(Assignment) Give again, unaltered, the lines of the listing below that run from the line having "f 255 840 568" through the line having "Line((4.5085, -2.9104418), (4.5085, 1.593185507))".

+---+

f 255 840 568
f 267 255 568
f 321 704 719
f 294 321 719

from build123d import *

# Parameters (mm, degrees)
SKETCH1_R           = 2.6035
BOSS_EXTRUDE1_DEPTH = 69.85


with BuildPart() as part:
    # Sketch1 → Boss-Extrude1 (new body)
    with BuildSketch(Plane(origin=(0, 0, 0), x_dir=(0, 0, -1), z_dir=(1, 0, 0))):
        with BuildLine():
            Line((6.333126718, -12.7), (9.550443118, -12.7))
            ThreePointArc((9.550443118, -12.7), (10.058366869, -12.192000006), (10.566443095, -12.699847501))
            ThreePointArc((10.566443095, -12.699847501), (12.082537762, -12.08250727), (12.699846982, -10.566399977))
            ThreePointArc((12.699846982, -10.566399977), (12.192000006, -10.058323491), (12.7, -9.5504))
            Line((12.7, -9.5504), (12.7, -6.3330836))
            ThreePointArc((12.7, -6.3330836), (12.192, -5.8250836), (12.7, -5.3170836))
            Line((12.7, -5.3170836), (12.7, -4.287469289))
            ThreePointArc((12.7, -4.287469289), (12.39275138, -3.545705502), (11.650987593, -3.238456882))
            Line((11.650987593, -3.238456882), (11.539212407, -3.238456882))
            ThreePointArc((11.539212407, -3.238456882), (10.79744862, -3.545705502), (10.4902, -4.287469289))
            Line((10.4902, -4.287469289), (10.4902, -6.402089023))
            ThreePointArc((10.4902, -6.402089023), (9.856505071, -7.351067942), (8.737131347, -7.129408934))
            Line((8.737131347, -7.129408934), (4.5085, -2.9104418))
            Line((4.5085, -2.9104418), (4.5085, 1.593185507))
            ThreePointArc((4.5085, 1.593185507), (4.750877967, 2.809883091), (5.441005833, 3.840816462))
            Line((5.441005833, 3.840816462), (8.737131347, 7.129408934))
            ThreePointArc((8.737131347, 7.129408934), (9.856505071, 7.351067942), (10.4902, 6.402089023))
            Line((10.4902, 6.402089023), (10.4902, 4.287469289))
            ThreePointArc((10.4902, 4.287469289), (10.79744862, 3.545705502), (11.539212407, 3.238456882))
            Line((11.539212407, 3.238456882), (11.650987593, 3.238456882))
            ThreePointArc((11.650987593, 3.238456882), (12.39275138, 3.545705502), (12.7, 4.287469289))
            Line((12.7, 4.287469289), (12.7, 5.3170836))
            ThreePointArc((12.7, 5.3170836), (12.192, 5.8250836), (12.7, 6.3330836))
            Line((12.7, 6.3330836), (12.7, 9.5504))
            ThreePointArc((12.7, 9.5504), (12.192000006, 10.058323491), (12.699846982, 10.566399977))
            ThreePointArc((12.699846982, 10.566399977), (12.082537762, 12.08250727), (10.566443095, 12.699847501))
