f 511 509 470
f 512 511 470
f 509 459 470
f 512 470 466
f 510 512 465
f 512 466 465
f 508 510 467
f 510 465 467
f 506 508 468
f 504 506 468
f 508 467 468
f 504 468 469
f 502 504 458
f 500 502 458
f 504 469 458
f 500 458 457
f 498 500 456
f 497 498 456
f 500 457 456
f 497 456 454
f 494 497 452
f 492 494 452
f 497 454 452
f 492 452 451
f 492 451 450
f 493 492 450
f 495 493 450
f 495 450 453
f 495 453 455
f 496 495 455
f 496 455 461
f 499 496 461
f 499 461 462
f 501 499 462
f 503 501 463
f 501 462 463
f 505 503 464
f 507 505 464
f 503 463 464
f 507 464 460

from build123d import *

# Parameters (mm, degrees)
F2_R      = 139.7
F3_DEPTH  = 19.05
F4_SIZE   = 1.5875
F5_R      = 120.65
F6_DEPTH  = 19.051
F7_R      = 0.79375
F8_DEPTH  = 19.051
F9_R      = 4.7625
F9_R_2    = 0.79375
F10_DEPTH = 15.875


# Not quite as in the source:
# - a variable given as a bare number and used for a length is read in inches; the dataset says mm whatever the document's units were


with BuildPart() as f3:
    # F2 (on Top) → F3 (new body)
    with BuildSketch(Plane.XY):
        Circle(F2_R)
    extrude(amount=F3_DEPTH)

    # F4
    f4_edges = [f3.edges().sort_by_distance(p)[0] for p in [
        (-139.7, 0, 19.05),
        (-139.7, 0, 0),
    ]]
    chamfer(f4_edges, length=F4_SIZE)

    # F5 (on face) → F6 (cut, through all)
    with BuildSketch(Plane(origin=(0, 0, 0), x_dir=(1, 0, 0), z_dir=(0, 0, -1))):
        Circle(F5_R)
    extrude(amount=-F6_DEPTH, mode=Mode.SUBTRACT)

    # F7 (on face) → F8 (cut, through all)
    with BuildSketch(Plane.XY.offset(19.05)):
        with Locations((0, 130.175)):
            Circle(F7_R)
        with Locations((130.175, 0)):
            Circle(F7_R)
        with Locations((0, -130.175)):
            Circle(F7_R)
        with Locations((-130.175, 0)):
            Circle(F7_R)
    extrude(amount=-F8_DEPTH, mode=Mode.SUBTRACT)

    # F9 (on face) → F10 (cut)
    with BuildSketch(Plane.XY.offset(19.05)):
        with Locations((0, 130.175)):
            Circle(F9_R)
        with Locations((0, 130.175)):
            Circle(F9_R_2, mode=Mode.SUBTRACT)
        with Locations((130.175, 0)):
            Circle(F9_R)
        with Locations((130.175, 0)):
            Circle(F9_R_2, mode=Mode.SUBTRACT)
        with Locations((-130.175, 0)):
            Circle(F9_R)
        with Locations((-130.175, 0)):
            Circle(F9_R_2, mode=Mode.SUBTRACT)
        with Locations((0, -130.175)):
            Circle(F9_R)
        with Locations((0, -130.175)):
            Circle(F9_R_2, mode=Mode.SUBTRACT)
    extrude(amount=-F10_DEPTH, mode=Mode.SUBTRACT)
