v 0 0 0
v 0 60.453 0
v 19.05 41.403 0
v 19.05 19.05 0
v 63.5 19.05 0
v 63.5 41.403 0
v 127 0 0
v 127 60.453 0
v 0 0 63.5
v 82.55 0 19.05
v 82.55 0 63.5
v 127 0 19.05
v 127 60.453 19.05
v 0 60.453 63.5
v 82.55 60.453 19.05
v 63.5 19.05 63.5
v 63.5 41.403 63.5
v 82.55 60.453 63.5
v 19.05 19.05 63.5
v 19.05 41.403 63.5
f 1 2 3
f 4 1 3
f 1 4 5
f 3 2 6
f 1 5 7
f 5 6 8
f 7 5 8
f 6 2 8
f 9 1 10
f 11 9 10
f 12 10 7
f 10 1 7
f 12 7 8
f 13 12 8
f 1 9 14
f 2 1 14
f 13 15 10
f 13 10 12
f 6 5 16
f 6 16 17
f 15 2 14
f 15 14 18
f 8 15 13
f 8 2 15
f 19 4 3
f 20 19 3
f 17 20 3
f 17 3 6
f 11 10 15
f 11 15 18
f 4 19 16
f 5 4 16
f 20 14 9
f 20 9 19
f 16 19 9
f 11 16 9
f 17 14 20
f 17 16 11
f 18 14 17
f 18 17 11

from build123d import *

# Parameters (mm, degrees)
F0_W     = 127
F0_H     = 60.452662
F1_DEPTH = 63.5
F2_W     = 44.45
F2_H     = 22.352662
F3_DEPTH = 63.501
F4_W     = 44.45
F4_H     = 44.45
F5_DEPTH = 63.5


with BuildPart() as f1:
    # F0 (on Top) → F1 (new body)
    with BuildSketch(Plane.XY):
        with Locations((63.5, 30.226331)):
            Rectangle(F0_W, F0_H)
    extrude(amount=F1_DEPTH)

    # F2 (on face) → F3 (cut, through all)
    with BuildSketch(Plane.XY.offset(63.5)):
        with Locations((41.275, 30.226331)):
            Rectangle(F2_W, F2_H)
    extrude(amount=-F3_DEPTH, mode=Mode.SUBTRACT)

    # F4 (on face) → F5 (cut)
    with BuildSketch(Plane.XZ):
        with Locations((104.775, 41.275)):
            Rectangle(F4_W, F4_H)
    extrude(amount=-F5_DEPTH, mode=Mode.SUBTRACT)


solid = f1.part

+---+

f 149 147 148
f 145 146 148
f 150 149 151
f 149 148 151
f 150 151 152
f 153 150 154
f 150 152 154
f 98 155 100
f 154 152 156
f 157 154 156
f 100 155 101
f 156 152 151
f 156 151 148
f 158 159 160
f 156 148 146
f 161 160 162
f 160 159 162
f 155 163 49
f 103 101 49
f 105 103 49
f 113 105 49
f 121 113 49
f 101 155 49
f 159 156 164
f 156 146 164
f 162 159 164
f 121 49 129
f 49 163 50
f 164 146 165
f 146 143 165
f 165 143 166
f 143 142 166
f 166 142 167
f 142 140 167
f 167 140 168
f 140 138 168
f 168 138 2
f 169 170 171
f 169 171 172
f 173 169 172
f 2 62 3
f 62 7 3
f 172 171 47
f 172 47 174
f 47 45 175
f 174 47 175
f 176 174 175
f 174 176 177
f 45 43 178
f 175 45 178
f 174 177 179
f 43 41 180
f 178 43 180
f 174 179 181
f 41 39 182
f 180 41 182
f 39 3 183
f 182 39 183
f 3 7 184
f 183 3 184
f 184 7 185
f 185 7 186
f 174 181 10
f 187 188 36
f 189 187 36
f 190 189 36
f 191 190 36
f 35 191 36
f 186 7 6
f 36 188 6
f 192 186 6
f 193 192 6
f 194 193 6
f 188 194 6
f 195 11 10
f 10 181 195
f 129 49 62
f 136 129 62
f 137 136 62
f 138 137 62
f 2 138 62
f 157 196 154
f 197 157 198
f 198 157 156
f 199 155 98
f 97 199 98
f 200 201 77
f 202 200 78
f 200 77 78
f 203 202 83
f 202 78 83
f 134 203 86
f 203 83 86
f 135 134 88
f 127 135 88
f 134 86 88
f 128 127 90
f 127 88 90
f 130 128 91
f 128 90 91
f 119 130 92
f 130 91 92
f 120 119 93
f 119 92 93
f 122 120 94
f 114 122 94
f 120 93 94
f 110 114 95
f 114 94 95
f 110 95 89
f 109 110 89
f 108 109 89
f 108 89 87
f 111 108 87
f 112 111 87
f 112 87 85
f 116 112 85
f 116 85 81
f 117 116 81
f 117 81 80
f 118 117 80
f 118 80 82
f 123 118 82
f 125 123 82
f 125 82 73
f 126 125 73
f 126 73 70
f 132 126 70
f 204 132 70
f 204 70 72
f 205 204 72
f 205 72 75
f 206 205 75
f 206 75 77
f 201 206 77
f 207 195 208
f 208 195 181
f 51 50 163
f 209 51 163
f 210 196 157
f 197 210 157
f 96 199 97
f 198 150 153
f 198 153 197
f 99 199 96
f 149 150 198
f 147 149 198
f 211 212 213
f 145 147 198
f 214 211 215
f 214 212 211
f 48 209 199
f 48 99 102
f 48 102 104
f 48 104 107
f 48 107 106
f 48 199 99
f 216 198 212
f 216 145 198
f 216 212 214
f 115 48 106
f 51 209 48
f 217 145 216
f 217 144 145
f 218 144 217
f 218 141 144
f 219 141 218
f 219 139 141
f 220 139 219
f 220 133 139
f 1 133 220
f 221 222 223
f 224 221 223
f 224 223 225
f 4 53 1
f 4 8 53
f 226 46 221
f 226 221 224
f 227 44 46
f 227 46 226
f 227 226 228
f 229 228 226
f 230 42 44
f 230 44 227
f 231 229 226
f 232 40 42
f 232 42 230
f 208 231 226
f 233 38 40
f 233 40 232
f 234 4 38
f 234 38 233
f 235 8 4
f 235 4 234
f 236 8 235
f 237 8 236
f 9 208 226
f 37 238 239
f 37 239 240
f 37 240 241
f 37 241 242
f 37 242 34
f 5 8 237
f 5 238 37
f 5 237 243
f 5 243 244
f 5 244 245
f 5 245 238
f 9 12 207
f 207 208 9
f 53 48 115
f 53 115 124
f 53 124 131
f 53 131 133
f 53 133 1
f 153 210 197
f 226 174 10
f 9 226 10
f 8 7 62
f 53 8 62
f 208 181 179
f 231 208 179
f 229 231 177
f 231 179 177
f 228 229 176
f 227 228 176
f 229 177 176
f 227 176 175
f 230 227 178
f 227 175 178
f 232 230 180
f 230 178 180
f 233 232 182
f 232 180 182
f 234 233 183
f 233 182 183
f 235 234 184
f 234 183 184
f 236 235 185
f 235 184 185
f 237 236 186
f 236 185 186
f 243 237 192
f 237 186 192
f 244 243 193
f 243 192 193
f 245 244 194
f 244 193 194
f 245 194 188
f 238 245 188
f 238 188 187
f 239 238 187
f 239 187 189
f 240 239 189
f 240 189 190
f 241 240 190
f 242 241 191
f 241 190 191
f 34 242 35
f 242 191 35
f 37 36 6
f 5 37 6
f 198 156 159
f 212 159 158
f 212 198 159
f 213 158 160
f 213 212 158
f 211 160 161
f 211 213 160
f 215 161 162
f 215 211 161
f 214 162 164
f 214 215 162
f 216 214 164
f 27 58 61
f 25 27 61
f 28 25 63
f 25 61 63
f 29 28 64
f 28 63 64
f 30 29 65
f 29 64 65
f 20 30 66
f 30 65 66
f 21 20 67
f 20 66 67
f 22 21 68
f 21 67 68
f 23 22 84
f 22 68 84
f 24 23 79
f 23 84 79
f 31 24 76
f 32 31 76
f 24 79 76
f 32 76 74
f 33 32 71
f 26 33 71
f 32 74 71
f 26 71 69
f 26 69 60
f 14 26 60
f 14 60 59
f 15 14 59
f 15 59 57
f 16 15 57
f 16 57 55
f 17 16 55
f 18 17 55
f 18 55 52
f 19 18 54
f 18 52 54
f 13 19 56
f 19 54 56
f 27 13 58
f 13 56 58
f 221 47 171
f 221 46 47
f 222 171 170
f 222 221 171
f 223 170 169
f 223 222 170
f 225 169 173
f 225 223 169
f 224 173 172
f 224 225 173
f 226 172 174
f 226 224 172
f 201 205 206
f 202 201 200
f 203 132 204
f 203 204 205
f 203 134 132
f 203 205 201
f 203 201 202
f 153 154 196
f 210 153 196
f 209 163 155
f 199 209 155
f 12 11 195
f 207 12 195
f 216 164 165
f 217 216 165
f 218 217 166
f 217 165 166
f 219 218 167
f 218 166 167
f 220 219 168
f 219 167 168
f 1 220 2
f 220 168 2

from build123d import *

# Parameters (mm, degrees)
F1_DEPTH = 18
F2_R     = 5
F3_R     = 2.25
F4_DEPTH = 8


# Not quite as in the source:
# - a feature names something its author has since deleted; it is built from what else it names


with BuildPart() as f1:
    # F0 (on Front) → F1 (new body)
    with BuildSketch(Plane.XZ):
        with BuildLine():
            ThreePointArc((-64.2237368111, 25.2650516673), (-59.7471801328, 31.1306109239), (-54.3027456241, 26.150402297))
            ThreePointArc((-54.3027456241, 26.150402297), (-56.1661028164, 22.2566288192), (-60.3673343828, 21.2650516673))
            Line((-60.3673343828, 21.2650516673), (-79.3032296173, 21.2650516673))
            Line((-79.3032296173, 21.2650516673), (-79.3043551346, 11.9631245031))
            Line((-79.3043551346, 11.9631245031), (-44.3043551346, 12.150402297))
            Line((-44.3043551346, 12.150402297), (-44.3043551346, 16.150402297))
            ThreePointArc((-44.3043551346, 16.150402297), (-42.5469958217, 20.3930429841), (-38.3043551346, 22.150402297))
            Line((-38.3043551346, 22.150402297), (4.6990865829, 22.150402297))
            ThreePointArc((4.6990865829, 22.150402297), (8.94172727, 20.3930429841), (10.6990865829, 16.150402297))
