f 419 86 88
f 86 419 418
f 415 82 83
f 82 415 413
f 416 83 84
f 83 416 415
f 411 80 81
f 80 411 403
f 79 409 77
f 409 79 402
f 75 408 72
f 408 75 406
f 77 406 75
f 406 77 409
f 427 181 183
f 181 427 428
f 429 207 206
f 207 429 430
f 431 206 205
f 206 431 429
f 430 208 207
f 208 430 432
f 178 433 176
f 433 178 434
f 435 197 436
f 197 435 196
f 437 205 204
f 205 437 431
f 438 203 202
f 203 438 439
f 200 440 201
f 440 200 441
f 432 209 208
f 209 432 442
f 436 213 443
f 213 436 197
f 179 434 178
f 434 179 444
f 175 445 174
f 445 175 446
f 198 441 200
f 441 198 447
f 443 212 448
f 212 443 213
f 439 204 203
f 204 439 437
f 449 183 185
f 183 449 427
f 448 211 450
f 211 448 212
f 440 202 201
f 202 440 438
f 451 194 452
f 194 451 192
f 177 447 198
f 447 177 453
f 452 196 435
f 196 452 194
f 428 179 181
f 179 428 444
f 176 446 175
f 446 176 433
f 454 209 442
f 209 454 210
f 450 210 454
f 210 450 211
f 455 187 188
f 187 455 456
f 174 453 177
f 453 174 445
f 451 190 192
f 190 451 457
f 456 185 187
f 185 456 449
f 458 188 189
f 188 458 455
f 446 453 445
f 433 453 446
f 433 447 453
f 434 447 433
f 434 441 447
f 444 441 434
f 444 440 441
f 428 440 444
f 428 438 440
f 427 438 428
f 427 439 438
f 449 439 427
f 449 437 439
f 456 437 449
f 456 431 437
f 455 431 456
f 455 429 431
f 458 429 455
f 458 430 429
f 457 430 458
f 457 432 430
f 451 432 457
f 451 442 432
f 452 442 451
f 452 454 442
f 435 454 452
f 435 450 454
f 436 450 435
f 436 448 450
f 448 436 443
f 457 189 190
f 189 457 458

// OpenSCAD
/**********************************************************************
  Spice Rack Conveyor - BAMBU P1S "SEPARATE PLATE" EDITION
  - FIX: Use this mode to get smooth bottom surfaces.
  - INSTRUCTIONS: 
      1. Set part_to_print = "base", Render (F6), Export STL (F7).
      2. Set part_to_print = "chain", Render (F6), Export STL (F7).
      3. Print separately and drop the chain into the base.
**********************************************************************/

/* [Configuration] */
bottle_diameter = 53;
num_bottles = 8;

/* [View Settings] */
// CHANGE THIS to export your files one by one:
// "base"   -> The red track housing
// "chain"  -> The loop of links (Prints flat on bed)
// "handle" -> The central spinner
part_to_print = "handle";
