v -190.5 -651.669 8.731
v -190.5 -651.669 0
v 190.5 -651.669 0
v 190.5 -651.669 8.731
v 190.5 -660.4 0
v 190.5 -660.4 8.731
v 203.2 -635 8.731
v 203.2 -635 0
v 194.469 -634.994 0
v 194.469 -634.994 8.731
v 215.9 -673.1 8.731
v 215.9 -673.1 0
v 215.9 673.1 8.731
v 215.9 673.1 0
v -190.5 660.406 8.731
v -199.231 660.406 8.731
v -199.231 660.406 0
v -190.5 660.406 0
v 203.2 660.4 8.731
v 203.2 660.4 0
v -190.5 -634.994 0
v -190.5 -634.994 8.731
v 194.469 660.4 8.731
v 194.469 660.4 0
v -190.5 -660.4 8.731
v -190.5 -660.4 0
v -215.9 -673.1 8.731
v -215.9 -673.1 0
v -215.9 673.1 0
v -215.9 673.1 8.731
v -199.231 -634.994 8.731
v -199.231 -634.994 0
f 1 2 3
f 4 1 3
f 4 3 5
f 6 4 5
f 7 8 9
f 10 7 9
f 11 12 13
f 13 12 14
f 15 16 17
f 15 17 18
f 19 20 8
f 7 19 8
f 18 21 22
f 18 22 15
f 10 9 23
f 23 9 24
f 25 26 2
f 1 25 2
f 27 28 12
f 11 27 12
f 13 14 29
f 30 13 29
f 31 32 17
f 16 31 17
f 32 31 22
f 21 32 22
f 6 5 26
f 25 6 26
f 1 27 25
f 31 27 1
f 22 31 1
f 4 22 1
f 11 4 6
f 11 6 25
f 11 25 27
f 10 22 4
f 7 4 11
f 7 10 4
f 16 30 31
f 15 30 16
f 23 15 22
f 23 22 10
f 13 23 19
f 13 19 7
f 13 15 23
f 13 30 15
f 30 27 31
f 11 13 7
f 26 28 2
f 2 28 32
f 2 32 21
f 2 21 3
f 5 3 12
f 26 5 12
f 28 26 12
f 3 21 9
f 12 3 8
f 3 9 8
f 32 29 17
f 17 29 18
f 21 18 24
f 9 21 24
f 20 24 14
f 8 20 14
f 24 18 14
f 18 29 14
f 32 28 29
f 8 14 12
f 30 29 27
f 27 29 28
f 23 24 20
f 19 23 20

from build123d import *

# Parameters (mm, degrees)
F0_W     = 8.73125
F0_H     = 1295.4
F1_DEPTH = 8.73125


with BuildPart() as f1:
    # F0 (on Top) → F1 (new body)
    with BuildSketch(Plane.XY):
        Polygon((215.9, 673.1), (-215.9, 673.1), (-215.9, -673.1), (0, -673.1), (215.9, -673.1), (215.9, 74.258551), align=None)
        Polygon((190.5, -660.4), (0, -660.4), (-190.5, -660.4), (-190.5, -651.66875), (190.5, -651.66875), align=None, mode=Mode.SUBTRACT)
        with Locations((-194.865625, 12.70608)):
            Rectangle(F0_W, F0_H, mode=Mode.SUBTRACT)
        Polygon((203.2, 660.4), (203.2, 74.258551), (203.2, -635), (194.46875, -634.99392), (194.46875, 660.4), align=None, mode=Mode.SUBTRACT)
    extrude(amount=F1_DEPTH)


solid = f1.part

+---+

(Reply to the task)
f 255 840 568
f 267 255 568
f 321 704 719
f 294 321 719

from build123d import *

# Parameters (mm, degrees)
SKETCH1_R           = 2.6035
BOSS_EXTRUDE1_DEPTH = 69.85


with BuildPart() as part:
    # Sketch1 → Boss-Extrude1 (new body)
    with BuildSketch(Plane(origin=(0, 0, 0), x_dir=(0, 0, -1), z_dir=(1, 0, 0))):
        with BuildLine():
            Line((6.333126718, -12.7), (9.550443118, -12.7))
            ThreePointArc((9.550443118, -12.7), (10.058366869, -12.192000006), (10.566443095, -12.699847501))
            ThreePointArc((10.566443095, -12.699847501), (12.082537762, -12.08250727), (12.699846982, -10.566399977))
            ThreePointArc((12.699846982, -10.566399977), (12.192000006, -10.058323491), (12.7, -9.5504))
            Line((12.7, -9.5504), (12.7, -6.3330836))
            ThreePointArc((12.7, -6.3330836), (12.192, -5.8250836), (12.7, -5.3170836))
            Line((12.7, -5.3170836), (12.7, -4.287469289))
            ThreePointArc((12.7, -4.287469289), (12.39275138, -3.545705502), (11.650987593, -3.238456882))
            Line((11.650987593, -3.238456882), (11.539212407, -3.238456882))
            ThreePointArc((11.539212407, -3.238456882), (10.79744862, -3.545705502), (10.4902, -4.287469289))
            Line((10.4902, -4.287469289), (10.4902, -6.402089023))
            ThreePointArc((10.4902, -6.402089023), (9.856505071, -7.351067942), (8.737131347, -7.129408934))
            Line((8.737131347, -7.129408934), (4.5085, -2.9104418))
            Line((4.5085, -2.9104418), (4.5085, 1.593185507))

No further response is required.